Department of Human Movement Sciences, Carroll University, Waukesha, WI, 53186, USA.
School of Medical and Health Sciences, Edith Cowan University, Joondalup, Australia.
Sports Med. 2021 Oct;51(10):2051-2066. doi: 10.1007/s40279-021-01488-9. Epub 2021 Jun 8.
Linear loading, the two-for-two rule, percent of one repetition maximum (1RM), RM zones, rate of perceived exertion (RPE), repetitions in reserve, set-repetition best, autoregulatory progressive resistance exercise (APRE), and velocity-based training (VBT) are all methods of adjusting resistance training intensity. Each method has advantages and disadvantages that strength and conditioning practitioners should be aware of when measuring and monitoring strength characteristics. The linear loading and 2-for-2 methods may be beneficial for novice athletes; however, they may be limited in their capacity to provide athletes with variation and detrimental if used exclusively for long periods of time. The percent of 1RM and RM zone methods may provide athletes with more variation and greater potential for strength-power adaptations; however, they fail to account for daily changes in athlete's performance capabilities. An athlete's daily readiness can be addressed to various extents by both subjective (e.g., RPE, repetitions in reserve, set-repetition best, and APRE) and objective (e.g., VBT) load adjustment methods. Future resistance training monitoring may aim to include a combination of measures that quantify outcome (e.g., velocity, load, time, etc.) with process (e.g., variability, coordination, efficiency, etc.) relevant to the stage of learning or the task being performed. Load adjustment and monitoring methods should be used to supplement and guide the practitioner, quantify what the practitioner 'sees', and provide longitudinal data to assist in reviewing athlete development and providing baselines for the rate of expected development in resistance training when an athlete returns to sport from injury or large training load reductions.

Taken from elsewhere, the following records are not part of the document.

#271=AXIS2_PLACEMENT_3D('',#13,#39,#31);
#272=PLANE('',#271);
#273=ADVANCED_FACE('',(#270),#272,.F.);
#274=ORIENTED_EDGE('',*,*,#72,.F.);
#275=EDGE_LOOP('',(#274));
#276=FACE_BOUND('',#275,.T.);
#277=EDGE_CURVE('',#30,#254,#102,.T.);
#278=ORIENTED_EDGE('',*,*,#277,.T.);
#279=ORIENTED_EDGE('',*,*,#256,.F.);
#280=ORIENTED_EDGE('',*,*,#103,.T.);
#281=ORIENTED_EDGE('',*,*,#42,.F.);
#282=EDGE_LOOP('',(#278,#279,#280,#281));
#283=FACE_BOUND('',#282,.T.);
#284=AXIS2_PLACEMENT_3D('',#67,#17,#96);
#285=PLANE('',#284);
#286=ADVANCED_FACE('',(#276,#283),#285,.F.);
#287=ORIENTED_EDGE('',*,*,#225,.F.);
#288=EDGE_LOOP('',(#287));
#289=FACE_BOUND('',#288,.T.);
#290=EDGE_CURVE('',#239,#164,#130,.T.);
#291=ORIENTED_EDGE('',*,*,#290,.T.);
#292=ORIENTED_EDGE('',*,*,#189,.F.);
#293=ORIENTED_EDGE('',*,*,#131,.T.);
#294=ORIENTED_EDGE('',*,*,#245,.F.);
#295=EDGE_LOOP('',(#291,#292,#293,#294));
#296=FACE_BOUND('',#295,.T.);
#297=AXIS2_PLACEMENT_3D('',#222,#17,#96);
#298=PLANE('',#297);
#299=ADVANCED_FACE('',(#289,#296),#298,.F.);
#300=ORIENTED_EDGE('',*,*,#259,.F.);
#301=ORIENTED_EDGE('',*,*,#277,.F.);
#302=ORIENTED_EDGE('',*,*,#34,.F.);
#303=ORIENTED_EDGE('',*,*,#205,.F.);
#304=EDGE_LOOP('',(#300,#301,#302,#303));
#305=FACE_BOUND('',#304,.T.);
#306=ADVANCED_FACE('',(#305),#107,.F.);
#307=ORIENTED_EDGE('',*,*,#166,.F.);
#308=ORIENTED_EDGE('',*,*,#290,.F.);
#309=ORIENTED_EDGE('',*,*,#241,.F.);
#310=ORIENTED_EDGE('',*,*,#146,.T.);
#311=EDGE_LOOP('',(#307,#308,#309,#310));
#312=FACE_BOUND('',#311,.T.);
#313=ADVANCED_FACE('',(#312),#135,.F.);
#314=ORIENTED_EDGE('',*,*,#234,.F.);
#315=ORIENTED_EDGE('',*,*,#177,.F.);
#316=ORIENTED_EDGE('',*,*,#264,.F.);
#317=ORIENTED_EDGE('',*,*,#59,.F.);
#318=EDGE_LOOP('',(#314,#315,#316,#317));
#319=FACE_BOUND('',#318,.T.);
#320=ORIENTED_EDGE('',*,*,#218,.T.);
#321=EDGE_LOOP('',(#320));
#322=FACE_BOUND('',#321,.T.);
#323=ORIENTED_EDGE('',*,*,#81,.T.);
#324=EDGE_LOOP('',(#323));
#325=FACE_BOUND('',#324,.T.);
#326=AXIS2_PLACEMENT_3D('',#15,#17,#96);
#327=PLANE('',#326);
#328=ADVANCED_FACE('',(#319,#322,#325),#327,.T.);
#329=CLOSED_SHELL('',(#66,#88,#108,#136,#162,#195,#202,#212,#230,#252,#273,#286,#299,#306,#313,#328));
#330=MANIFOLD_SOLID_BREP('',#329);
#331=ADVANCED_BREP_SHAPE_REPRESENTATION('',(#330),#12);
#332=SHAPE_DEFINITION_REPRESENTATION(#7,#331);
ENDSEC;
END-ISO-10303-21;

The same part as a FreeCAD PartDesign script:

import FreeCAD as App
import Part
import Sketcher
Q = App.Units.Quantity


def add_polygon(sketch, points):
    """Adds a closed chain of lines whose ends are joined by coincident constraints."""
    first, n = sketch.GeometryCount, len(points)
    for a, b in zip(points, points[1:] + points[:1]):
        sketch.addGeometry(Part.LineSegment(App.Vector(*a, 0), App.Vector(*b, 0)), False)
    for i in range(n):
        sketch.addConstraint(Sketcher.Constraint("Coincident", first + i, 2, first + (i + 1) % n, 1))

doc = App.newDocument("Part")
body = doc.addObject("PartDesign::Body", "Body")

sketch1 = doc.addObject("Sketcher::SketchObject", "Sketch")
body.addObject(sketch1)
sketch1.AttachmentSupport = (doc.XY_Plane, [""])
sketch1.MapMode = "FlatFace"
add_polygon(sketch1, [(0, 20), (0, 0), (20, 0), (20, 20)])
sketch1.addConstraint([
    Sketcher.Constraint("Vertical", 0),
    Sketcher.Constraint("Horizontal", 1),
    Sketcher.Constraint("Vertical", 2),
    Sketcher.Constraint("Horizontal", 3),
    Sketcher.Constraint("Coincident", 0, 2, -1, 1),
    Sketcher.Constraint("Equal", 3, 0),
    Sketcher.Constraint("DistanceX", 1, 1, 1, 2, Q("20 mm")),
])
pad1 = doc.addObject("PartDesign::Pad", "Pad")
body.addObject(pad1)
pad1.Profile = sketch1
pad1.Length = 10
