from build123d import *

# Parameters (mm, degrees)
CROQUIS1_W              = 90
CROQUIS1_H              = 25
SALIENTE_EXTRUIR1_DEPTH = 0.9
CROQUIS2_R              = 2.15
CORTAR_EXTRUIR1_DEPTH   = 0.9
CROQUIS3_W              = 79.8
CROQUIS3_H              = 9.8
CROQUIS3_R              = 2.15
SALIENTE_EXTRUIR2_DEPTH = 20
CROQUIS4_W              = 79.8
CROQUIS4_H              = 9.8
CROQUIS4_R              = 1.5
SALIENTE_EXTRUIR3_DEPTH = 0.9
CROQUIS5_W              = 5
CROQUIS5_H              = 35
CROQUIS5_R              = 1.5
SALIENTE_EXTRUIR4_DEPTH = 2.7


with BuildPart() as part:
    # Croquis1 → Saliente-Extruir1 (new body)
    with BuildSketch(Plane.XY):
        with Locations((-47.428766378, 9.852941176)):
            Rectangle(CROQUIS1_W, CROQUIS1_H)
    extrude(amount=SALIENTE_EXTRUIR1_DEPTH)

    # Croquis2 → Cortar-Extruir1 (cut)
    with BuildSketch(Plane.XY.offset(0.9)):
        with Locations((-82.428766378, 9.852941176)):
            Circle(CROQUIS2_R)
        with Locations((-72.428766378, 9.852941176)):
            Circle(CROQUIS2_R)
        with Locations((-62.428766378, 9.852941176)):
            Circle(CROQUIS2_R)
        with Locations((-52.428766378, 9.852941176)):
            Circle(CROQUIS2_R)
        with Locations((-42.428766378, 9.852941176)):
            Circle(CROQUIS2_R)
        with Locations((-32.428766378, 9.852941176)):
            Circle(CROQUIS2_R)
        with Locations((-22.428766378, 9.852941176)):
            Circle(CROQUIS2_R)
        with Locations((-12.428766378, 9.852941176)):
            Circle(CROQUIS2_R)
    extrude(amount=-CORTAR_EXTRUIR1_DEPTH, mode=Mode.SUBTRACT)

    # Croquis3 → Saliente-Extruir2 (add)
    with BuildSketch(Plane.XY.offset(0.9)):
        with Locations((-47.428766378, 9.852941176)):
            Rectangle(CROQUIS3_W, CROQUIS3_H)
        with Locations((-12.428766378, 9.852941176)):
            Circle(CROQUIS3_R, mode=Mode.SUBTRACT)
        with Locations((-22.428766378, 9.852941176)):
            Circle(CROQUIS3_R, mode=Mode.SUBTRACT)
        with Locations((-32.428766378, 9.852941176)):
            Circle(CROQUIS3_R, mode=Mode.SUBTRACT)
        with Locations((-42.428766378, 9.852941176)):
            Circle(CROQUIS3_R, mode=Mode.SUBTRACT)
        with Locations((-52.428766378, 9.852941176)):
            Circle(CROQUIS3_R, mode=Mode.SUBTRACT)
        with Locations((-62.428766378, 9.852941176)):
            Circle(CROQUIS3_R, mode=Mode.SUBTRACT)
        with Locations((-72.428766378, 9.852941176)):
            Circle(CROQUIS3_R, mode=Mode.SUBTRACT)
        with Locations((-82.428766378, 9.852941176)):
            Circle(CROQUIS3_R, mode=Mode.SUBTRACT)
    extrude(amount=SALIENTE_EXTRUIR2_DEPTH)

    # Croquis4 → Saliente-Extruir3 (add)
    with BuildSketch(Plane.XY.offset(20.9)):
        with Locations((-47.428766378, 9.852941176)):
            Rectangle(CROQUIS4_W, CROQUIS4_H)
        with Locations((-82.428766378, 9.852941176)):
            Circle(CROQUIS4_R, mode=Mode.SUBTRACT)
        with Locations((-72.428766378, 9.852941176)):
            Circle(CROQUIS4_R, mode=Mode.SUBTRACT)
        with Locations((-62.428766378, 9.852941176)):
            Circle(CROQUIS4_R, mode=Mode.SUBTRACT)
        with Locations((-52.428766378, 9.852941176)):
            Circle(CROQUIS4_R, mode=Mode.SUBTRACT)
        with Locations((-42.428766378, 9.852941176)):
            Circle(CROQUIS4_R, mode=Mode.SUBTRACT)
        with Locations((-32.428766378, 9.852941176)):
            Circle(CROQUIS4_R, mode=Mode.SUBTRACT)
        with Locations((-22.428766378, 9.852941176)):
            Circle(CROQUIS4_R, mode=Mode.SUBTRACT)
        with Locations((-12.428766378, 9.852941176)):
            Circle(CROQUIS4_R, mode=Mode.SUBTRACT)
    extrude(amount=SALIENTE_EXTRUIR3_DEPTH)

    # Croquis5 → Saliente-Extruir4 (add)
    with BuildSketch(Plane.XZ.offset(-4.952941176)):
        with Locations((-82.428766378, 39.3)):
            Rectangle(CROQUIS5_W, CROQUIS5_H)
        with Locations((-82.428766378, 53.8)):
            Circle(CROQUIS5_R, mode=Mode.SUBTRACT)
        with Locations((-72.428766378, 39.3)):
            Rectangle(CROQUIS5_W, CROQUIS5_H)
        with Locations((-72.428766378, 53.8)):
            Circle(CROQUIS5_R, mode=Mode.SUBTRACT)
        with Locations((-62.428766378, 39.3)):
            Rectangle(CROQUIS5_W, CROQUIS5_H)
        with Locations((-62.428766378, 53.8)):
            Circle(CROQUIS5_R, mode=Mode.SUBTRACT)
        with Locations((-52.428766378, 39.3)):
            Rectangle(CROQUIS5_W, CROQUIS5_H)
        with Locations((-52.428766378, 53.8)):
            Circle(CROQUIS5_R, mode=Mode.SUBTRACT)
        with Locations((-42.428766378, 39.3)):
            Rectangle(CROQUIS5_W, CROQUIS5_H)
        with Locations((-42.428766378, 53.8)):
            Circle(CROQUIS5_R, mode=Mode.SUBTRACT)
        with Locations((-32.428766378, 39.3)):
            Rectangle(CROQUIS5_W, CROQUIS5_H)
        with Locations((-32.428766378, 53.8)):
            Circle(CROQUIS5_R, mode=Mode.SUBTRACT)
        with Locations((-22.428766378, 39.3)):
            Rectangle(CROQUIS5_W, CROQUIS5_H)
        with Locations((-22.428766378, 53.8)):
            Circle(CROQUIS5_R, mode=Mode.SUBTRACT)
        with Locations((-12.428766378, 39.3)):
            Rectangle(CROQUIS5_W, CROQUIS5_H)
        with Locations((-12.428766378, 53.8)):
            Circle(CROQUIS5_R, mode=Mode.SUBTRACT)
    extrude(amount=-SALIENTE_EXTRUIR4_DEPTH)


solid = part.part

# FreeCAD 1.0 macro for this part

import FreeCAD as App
import Part
import Sketcher

V = App.Vector
Q = App.Units.Quantity

doc = App.newDocument("Part")
body = doc.addObject("PartDesign::Body", "Body")

# Sketch on XY plane
sketch1 = body.newObject("Sketcher::SketchObject", "Sketch")
sketch1.AttachmentSupport = (doc.getObject("XY_Plane"), [""])
sketch1.MapMode = "FlatFace"
sketch1.addGeometry([
    Part.LineSegment(V(-92, 22, 0), V(-92, -3, 0)),
    Part.LineSegment(V(-92, -3, 0), V(-2, -3, 0)),
    Part.LineSegment(V(-2, -3, 0), V(-2, 22, 0)),
    Part.LineSegment(V(-2, 22, 0), V(-92, 22, 0)),
], False)
sketch1.addConstraint([
    Sketcher.Constraint("Coincident", 0, 2, 1, 1),
    Sketcher.Constraint("Coincident", 1, 2, 2, 1),
    Sketcher.Constraint("Coincident", 2, 2, 3, 1),
    Sketcher.Constraint("Coincident", 3, 2, 0, 1),
    Sketcher.Constraint("Vertical", 0),
    Sketcher.Constraint("Horizontal", 1),
    Sketcher.Constraint("Vertical", 2),
    Sketcher.Constraint("Horizontal", 3),
    Sketcher.Constraint("DistanceX", 1, 1, 1, 2, Q("90 mm")),
    Sketcher.Constraint("DistanceY", 0, 2, 0, 1, Q("25 mm")),
    Sketcher.Constraint("DistanceY", 0, 2, -1, 1, Q("2.647059 mm")),
    Sketcher.Constraint("DistanceX", 0, 2, -1, 1, Q("92.428766 mm")),
])
pad1 = body.newObject("PartDesign::Pad", "Pad")
pad1.Profile = sketch1
pad1.Length = 0.9

# Sketch on XY plane
sketch2 = body.newObject("Sketcher::SketchObject", "Sketch001")
sketch2.AttachmentSupport = (doc.getObject("XY_Plane"), [""])
sketch2.MapMode = "FlatFace"
sketch2.AttachmentOffset = App.Placement(V(0, 0, 0.9), App.Rotation())
sketch2.addGeometry([
    Part.Circle(V(-82.4, 9.9, 0), V(0, 0, 1), 2.1),  # 0
    Part.Circle(V(-72.4, 9.9, 0), V(0, 0, 1), 2.1),  # 1
    Part.Circle(V(-62.4, 9.9, 0), V(0, 0, 1), 2.1),  # 2
    Part.Circle(V(-52.4, 9.9, 0), V(0, 0, 1), 2.1),  # 3
    Part.Circle(V(-42.4, 9.9, 0), V(0, 0, 1), 2.1),  # 4
    Part.Circle(V(-32.4, 9.9, 0), V(0, 0, 1), 2.1),  # 5
    Part.Circle(V(-22.4, 9.9, 0), V(0, 0, 1), 2.1),  # 6
    Part.Circle(V(-12.4, 9.9, 0), V(0, 0, 1), 2.1),  # 7
], False)
sketch2.addConstraint([
    Sketcher.Constraint("Equal", 0, 1),
    Sketcher.Constraint("Equal", 1, 2),
    Sketcher.Constraint("Equal", 2, 3),
    Sketcher.Constraint("Equal", 3, 4),
    Sketcher.Constraint("Equal", 4, 5),
    Sketcher.Constraint("Equal", 5, 6),
    Sketcher.Constraint("Equal", 6, 7),
    Sketcher.Constraint("Horizontal", 0, 3, 1, 3),
    Sketcher.Constraint("Horizontal", 1, 3, 2, 3),
    Sketcher.Constraint("Horizontal", 2, 3, 3, 3),
    Sketcher.Constraint("Horizontal", 3, 3, 4, 3),
    Sketcher.Constraint("Horizontal", 4, 3, 5, 3),
    Sketcher.Constraint("Horizontal", 5, 3, 6, 3),
    Sketcher.Constraint("Horizontal", 6, 3, 7, 3),
    Sketcher.Constraint("Diameter", 0, Q("4.3 mm")),
    Sketcher.Constraint("DistanceX", 0, 3, 1, 3, Q("10 mm")),
    Sketcher.Constraint("DistanceX", 1, 3, 2, 3, Q("10 mm")),
    Sketcher.Constraint("DistanceX", 2, 3, 3, 3, Q("10 mm")),
    Sketcher.Constraint("DistanceX", 3, 3, 4, 3, Q("10 mm")),
    Sketcher.Constraint("DistanceX", 4, 3, 5, 3, Q("10 mm")),
    Sketcher.Constraint("DistanceX", 5, 3, 6, 3, Q("10 mm")),
    Sketcher.Constraint("DistanceX", 6, 3, 7, 3, Q("10 mm")),
    Sketcher.Constraint("DistanceY", -1, 1, 0, 3, Q("9.852941 mm")),
    Sketcher.Constraint("DistanceX", 0, 3, -1, 1, Q("82.428766 mm")),
])
pocket1 = body.newObject("PartDesign::Pocket", "Pocket")
pocket1.Profile = sketch2
pocket1.Length = 0.9

# Sketch on XY plane
sketch3 = body.newObject("Sketcher::SketchObject", "Sketch002")
sketch3.AttachmentSupport = (doc.getObject("XY_Plane"), [""])
sketch3.MapMode = "FlatFace"
sketch3.AttachmentOffset = App.Placement(V(0, 0, 0.9), App.Rotation())
sketch3.addGeometry([
    Part.LineSegment(V(-87.3, 14.8, 0), V(-87.3, 5, 0)),  # 0
    Part.LineSegment(V(-87.3, 5, 0), V(-7.5, 5, 0)),  # 1
    Part.LineSegment(V(-7.5, 5, 0), V(-7.5, 14.8, 0)),  # 2
    Part.LineSegment(V(-7.5, 14.8, 0), V(-87.3, 14.8, 0)),  # 3
    Part.Circle(V(-82.4, 9.9, 0), V(0, 0, 1), 2.1),  # 4
    Part.Circle(V(-72.4, 9.9, 0), V(0, 0, 1), 2.1),  # 5
    Part.Circle(V(-62.4, 9.9, 0), V(0, 0, 1), 2.1),  # 6
    Part.Circle(V(-52.4, 9.9, 0), V(0, 0, 1), 2.1),  # 7
    Part.Circle(V(-42.4, 9.9, 0), V(0, 0, 1), 2.1),  # 8
    Part.Circle(V(-32.4, 9.9, 0), V(0, 0, 1), 2.1),  # 9
    Part.Circle(V(-22.4, 9.9, 0), V(0, 0, 1), 2.1),  # 10
    Part.Circle(V(-12.4, 9.9, 0), V(0, 0, 1), 2.1),  # 11
], False)
sketch3.addConstraint([
    Sketcher.Constraint("Coincident", 0, 2, 1, 1),
    Sketcher.Constraint("Coincident", 1, 2, 2, 1),
    Sketcher.Constraint("Coincident", 2, 2, 3, 1),
    Sketcher.Constraint("Coincident", 3, 2, 0, 1),
    Sketcher.Constraint("Vertical", 0),
    Sketcher.Constraint("Horizontal", 1),
    Sketcher.Constraint("Vertical", 2),
    Sketcher.Constraint("Horizontal", 3),
    Sketcher.Constraint("Equal", 4, 5),
    Sketcher.Constraint("Equal", 5, 6),
    Sketcher.Constraint("Equal", 6, 7),
    Sketcher.Constraint("Equal", 7, 8),
    Sketcher.Constraint("Equal", 8, 9),
    Sketcher.Constraint("Equal", 9, 10),
    Sketcher.Constraint("Equal", 10, 11),
    Sketcher.Constraint("Horizontal", 4, 3, 5, 3),
    Sketcher.Constraint("Horizontal", 5, 3, 6, 3),
    Sketcher.Constraint("Horizontal", 6, 3, 7, 3),
    Sketcher.Constraint("Horizontal", 7, 3, 8, 3),
    Sketcher.Constraint("Horizontal", 8, 3, 9, 3),
    Sketcher.Constraint("Horizontal", 9, 3, 10, 3),
    Sketcher.Constraint("Horizontal", 10, 3, 11, 3),
    Sketcher.Constraint("Diameter", 4, Q("4.3 mm")),
    Sketcher.Constraint("DistanceX", 1, 1, 1, 2, Q("79.8 mm")),
    Sketcher.Constraint("DistanceY", 0, 2, 0, 1, Q("9.8 mm")),
    Sketcher.Constraint("DistanceX", 4, 3, 5, 3, Q("10 mm")),
    Sketcher.Constraint("DistanceX", 5, 3, 6, 3, Q("10 mm")),
    Sketcher.Constraint("DistanceX", 6, 3, 7, 3, Q("10 mm")),
    Sketcher.Constraint("DistanceX", 7, 3, 8, 3, Q("10 mm")),
    Sketcher.Constraint("DistanceX", 8, 3, 9, 3, Q("10 mm")),
    Sketcher.Constraint("DistanceX", 9, 3, 10, 3, Q("10 mm")),
    Sketcher.Constraint("DistanceX", 10, 3, 11, 3, Q("10 mm")),
    Sketcher.Constraint("DistanceX", 0, 2, 4, 3, Q("4.9 mm")),
    Sketcher.Constraint("DistanceY", 0, 2, 4, 3, Q("4.9 mm")),
    Sketcher.Constraint("DistanceY", -1, 1, 4, 3, Q("9.852941 mm")),
    Sketcher.Constraint("DistanceX", 4, 3, -1, 1, Q("82.428766 mm")),
])
pad2 = body.newObject("PartDesign::Pad", "Pad001")
pad2.Profile = sketch3
pad2.Length = 20

# Sketch on XY plane
sketch4 = body.newObject("Sketcher::SketchObject", "Sketch003")
sketch4.AttachmentSupport = (doc.getObject("XY_Plane"), [""])
sketch4.MapMode = "FlatFace"
sketch4.AttachmentOffset = App.Placement(V(0, 0, 20.9), App.Rotation())
sketch4.addGeometry([
    Part.LineSegment(V(-87.3, 14.8, 0), V(-87.3, 5, 0)),  # 0
    Part.LineSegment(V(-87.3, 5, 0), V(-7.5, 5, 0)),  # 1
    Part.LineSegment(V(-7.5, 5, 0), V(-7.5, 14.8, 0)),  # 2
    Part.LineSegment(V(-7.5, 14.8, 0), V(-87.3, 14.8, 0)),  # 3
    Part.Circle(V(-82.4, 9.9, 0), V(0, 0, 1), 1.5),  # 4
    Part.Circle(V(-72.4, 9.9, 0), V(0, 0, 1), 1.5),  # 5
    Part.Circle(V(-62.4, 9.9, 0), V(0, 0, 1), 1.5),  # 6
    Part.Circle(V(-52.4, 9.9, 0), V(0, 0, 1), 1.5),  # 7
    Part.Circle(V(-42.4, 9.9, 0), V(0, 0, 1), 1.5),  # 8
    Part.Circle(V(-32.4, 9.9, 0), V(0, 0, 1), 1.5),  # 9
    Part.Circle(V(-22.4, 9.9, 0), V(0, 0, 1), 1.5),  # 10
    Part.Circle(V(-12.4, 9.9, 0), V(0, 0, 1), 1.5),  # 11
], False)
sketch4.addConstraint([
    Sketcher.Constraint("Coincident", 0, 2, 1, 1),
    Sketcher.Constraint("Coincident", 1, 2, 2, 1),
    Sketcher.Constraint("Coincident", 2, 2, 3, 1),
    Sketcher.Constraint("Coincident", 3, 2, 0, 1),
    Sketcher.Constraint("Vertical", 0),
    Sketcher.Constraint("Horizontal", 1),
    Sketcher.Constraint("Vertical", 2),
    Sketcher.Constraint("Horizontal", 3),
    Sketcher.Constraint("Equal", 4, 5),
    Sketcher.Constraint("Equal", 5, 6),
    Sketcher.Constraint("Equal", 6, 7),
    Sketcher.Constraint("Equal", 7, 8),
    Sketcher.Constraint("Equal", 8, 9),
    Sketcher.Constraint("Equal", 9, 10),
    Sketcher.Constraint("Equal", 10, 11),
    Sketcher.Constraint("Horizontal", 4, 3, 5, 3),
    Sketcher.Constraint("Horizontal", 5, 3, 6, 3),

线性负荷、二对二法则、1 次重复最大重量百分比(1RM)、RM 区、主观疲劳感知评估(RPE)、剩余重复次数、最佳设定重复次数、自我调节递增阻力训练(APRE)和速度训练(VBT)都是调整抗阻训练强度的方法。每种方法都有其优点和缺点,力量和体能教练在测量和监测力量特征时应该了解这些方法。线性负荷和二对二法则可能对新手运动员有益,但它们可能限制运动员的变化能力,如果长期使用,可能会对运动员造成伤害。1RM 百分比和 RM 区方法可能为运动员提供更多的变化和更强的力量-功率适应潜力;然而,它们没有考虑到运动员日常表现能力的变化。运动员的日常准备情况可以通过主观(例如 RPE、剩余重复次数、最佳设定重复次数和 APRE)和客观(例如 VBT)负荷调整方法在不同程度上得到解决。未来的抗阻训练监测可能旨在包括结合使用量化结果(例如速度、负荷、时间等)和过程(例如变异性、协调性、效率等)的测量方法,这些方法与学习阶段或执行的任务相关。负荷调整和监测方法应作为补充和指导教练的工具,量化教练的“所见”,并提供纵向数据,以帮助审查运动员的发展,并为运动员在受伤或大负荷减少后返回运动时的抗阻训练预期发展速度提供基准。